Tim Riddell, Macro Strategist at Westpac Banking Corporation highlighted the key takeaways from the recent ECB meeting:

  • ECB kept headline Policy unchanged and maintained their data dependent extended forward guidance against an outlook of balance risks.
  • Draghi held a sound/in-line stance with respect to the ECB’s progress towards targets.
  • Strong employment, wage gains and business investment were the key positives.
  • Protectionism, emerging market weakness and financial market volatility were noted risks.
  • December ECB staff projections were highlighted as important in maintaining their stance.
  • Market moves were limited.

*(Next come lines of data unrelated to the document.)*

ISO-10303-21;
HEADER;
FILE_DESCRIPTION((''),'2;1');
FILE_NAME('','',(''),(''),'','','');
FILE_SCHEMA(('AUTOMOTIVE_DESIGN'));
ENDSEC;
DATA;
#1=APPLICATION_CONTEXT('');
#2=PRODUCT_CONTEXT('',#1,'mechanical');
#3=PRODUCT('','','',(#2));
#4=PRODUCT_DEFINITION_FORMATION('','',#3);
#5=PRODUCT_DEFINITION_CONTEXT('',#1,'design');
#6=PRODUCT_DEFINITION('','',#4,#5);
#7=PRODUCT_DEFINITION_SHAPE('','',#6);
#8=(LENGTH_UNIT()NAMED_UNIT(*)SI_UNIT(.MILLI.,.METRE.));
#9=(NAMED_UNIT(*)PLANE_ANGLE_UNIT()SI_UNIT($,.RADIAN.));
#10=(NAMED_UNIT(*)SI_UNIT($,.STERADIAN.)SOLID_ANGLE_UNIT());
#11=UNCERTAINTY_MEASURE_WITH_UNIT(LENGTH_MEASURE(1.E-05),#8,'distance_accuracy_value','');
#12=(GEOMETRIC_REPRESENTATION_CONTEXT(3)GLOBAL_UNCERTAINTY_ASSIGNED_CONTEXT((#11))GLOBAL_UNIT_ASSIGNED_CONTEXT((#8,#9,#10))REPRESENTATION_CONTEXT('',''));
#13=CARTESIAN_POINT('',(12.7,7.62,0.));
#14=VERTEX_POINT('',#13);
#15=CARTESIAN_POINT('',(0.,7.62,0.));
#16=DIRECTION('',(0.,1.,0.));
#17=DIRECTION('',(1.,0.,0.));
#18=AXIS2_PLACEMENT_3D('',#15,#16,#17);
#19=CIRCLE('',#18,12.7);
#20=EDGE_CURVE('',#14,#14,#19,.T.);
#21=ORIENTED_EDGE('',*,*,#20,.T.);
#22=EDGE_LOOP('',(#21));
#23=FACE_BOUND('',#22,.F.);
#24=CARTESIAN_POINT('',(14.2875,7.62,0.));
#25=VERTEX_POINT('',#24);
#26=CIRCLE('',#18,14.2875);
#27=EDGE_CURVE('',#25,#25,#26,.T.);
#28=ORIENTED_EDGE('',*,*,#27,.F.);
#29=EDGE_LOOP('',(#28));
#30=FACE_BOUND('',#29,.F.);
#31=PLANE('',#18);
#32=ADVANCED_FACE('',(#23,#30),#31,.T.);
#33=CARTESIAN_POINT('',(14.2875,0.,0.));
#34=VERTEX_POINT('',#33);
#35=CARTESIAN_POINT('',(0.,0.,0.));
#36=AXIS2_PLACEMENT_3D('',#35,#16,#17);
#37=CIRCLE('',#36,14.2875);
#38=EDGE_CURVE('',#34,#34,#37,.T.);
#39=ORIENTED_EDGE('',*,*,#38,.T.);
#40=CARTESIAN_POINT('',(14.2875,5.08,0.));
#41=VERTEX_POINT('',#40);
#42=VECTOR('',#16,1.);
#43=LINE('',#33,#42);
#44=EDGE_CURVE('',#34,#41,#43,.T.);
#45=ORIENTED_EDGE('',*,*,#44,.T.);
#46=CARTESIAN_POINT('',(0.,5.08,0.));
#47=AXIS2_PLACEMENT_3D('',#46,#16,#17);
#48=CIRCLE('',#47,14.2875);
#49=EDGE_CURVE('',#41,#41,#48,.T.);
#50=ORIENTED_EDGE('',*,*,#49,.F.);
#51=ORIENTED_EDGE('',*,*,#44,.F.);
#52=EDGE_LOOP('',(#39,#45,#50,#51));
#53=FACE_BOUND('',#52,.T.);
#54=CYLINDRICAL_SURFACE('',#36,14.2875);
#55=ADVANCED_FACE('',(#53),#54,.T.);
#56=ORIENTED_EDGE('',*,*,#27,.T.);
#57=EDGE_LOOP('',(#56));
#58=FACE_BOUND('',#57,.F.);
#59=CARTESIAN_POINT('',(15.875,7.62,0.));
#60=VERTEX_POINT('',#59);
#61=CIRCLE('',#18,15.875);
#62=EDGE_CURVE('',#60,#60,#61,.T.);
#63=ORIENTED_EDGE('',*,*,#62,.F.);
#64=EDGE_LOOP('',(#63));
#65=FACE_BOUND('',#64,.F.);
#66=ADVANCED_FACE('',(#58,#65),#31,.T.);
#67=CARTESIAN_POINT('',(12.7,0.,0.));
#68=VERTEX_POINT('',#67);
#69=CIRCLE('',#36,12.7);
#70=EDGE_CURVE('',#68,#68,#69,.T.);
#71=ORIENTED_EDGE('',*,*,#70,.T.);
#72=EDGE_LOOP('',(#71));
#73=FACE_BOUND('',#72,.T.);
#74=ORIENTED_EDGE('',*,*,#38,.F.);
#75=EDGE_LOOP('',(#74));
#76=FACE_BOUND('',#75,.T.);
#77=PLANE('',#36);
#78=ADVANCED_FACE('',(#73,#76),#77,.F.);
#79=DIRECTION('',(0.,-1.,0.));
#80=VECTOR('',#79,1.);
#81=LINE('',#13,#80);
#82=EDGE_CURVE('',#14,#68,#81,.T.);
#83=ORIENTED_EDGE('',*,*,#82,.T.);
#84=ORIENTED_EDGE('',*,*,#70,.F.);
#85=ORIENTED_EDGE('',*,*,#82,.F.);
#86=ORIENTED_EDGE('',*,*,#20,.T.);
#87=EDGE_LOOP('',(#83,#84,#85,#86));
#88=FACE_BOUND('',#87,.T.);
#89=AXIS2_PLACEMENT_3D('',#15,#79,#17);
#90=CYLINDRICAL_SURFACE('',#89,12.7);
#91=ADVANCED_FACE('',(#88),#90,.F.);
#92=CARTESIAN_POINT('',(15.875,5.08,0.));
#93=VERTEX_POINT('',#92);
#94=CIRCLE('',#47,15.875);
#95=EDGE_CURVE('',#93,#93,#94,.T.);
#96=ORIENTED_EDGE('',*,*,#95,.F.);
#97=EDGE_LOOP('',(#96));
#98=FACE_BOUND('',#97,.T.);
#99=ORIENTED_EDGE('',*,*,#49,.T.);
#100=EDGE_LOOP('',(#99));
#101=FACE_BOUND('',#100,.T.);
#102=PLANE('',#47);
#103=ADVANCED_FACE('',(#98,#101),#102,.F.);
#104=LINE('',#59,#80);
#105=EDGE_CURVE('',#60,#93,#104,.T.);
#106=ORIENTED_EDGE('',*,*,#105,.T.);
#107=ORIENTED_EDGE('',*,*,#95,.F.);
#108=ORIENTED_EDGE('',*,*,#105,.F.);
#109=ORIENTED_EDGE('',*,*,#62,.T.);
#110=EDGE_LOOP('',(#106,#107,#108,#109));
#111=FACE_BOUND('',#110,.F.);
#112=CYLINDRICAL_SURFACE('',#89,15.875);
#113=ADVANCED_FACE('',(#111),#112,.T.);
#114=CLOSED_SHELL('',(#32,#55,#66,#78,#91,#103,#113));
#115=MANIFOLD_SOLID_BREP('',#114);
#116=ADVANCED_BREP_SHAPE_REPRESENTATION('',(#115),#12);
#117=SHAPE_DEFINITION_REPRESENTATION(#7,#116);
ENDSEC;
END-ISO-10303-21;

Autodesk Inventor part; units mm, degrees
ref_plane "YZ Plane" through (0, 0, 0) normal (1, 0, 0) x (0, 1, 0)
ref_plane "XZ Plane" through (0, 0, 0) normal (0, 1, 0) x (-1, 0, 0)
ref_plane "XY Plane" through (0, 0, 0) normal (0, 0, 1) x (1, 0, 0)
sketch "Sketch1" plane through (0, 0, 0) normal (0, 0, 1) x (1, 0, 0)
  line L0 (14.2875, 0) -> (14.2875, 5.08)
  line L1 (14.2875, 5.08) -> (15.875, 5.08)
  line L2 (12.7, 7.62) -> (12.7, 0)
  line L3 (12.7, 0) -> (14.2875, 0)
  line L4 (0, -2.54) -> (0, 15.24) projected
  line L5 (14.2875, 12.7) -> (14.2875, 7.62)
  line L6 (14.2875, 7.62) -> (15.875, 7.62)
  line L7 (15.875, 7.62) -> (15.875, 5.08)
  line L8 (15.875, 7.62) -> (15.875, 12.7)
  line L9 (15.875, 12.7) -> (14.2875, 12.7)
  line L10 (12.7, 7.62) -> (14.2875, 7.62)
  point P0 (0, 0)
  dimension "d1" = 14.2875
  dimension "d2" = 12.7
  dimension "d3" = 5.08
revolve "Revolution1" add sketch "Sketch1" angle 360 about axis through (0, -10, 0) along (0, 1, 0) contours L3 L2 L10 L6 L7 L1 L0
thread "Thread4" size "1-8 UNC" class "2B" standard "ANSI Unified Screw Threads" full length
sketch "Sketch5" plane through (0, 0, 0) normal (1, 0, 0) x (0, 1, 0)
  line L0 (-0.3529, -13.8698) -> (-0.3025, -13.8698) construction
  line L1 (0.0503, -14.2571) -> (-0.0001, -14.3539) construction
  line L2 (-0.6049, -14.3539) -> (-0.6553, -14.2571) construction
  line L3 (-0.2521, -13.8698) -> (-0.3025, -13.773) construction
  line L4 (-0.3025, -13.773) -> (-0.3529, -13.8698) construction
  line L5 (-0.6049, -14.3539) -> (-0.5545, -14.2571) construction
  line L6 (-0.2521, -13.8698) -> (-0.0505, -14.2571)
  line L7 (-0.6553, -14.2571) -> (-0.5545, -14.2571) construction
  arc A0 (-0.6553, -14.2571) -> (-0.6049, -14.2877) centre (-0.6049, -14.2309) ccw construction
  line L8 (0.0503, -14.2571) -> (-0.0505, -14.2571) construction
  line L9 (-0.6049, -14.3539) -> (-0.6049, -14.2571) construction
  line L10 (-0.0001, -14.3539) -> (-0.0001, -14.2571) construction
  line L11 (-0.3025, -13.773) -> (-0.3025, -13.8393) construction
  line L12 (-0.6049, -14.2877) -> (-0.0001, -14.2877)
  arc A1 (-0.6049, -14.2877) -> (-0.5545, -14.2571) centre (-0.6049, -14.2309) ccw
  line L13 (-0.0505, -14.2571) -> (-0.0001, -14.3539) construction
  line L14 (-0.5545, -14.2571) -> (-0.3529, -13.8698)
  line L15 (-0.0001, -0.0002) -> (-0.0001, 0.0177)
  line L16 (-0.0001, 0.0177) -> (-0.0001, -0.0002)
  line L17 (-0.0001, -0.0002) -> (0.0334, -0.0002)
  arc A2 (-0.0505, -14.2571) -> (-0.0001, -14.2877) centre (-0.0001, -14.2309) ccw
  arc A3 (-0.0001, -14.2877) -> (0.0503, -14.2571) centre (-0.0001, -14.2309) ccw construction
  arc A4 (-0.3025, -13.8393) -> (-0.3529, -13.8698) centre (-0.3025, -13.8961) ccw
  arc A5 (-0.2521, -13.8698) -> (-0.3025, -13.8393) centre (-0.3025, -13.8961) ccw
  line L18 (-0.3025, -13.8393) -> (-0.3025, -13.8698) construction
  line L19 (-0.3025, -13.8698) -> (-0.2521, -13.8698) construction
  dimension "d31" = 55
  dimension "d32" = 0.0968
  dimension "d33" = 0.0968
  dimension "Sketch5_ThreadOffset" = 0
  dimension "Sketch5_MajorRadius" = 14.2875
  dimension "d36" = 0.6048
  dimension "Sketch5_MinorRadius" = 13.8391
sketch "Sketch6" plane through (0, 0, 0) normal (-1, 0, 0) x (0, 0, 1)
  line L0 (14.2875, 0) -> (14.2875, 5.08)
  line L1 (14.2875, 5.08) -> (13.8391, 5.08)
  line L2 (13.8391, 5.08) -> (13.8391, 0)
  line L3 (13.8391, 0) -> (14.2875, 0)
  line L4 (0, -1.016) -> (0, 6.096) projected
sketch "Sketch7" plane through (0, 0, 0) normal (-1, 0, 0) x (0, 0, 1)
  line L0 (14.2875, 0) -> (14.2875, 5.08)
  line L1 (14.2875, 5.08) -> (13.8391, 5.08)
  line L2 (13.8391, 5.08) -> (13.8391, 0)
  line L3 (13.8391, 0) -> (14.2875, 0)
  line L4 (0, -1.016) -> (0, 6.096) projected
equation "\"d31\" = d38"
equation "\"d32\" = 0.160083 * Sketch5_Pitch"
equation "\"d33\" = 0.160083 * Sketch5_Pitch"
equation "\"d36\" = Sketch5_Pitch"
equation "\"d15\" = 55deg"
equation "\"Sketch2_Pitch\" = 0.90714"
equation "\"d38\" = 55deg"
equation "\"Sketch5_Pitch\" = 0.60476"
properties part number "202-experiment"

Initial positive responses were fully unwound as the Press Conference ended.

EUR/USD levels

  • Support levels: 1.1360 1.1335 1.1300  
  • Resistance levels: 1.1430 1.1470 1.1520

Valeria Bednarik, Chief Analyst at FXStreet, noted that EUR/USD  continues developing far below all of its moving averages, with a bearish 20 DMA being the nearest at around 1.1500, and more relevant, it was unable to advance beyond 1.1430, former October monthly low.

“In the mentioned chart, technical indicators have recovered alongside the price, but remain well into negative ground and with the upward potential limited. Shorter term, and according to the 4 hours chart, the upside seems limited, as the pair settled around a bearish 20 SMA, while technical indicators decelerated their advances after reaching their midlines, where they currently stand. The mentioned 1.1430 level is an immediate resistance, with follow-through beyond it exposing the 1.1520 region, should the dollar remain under pressure.”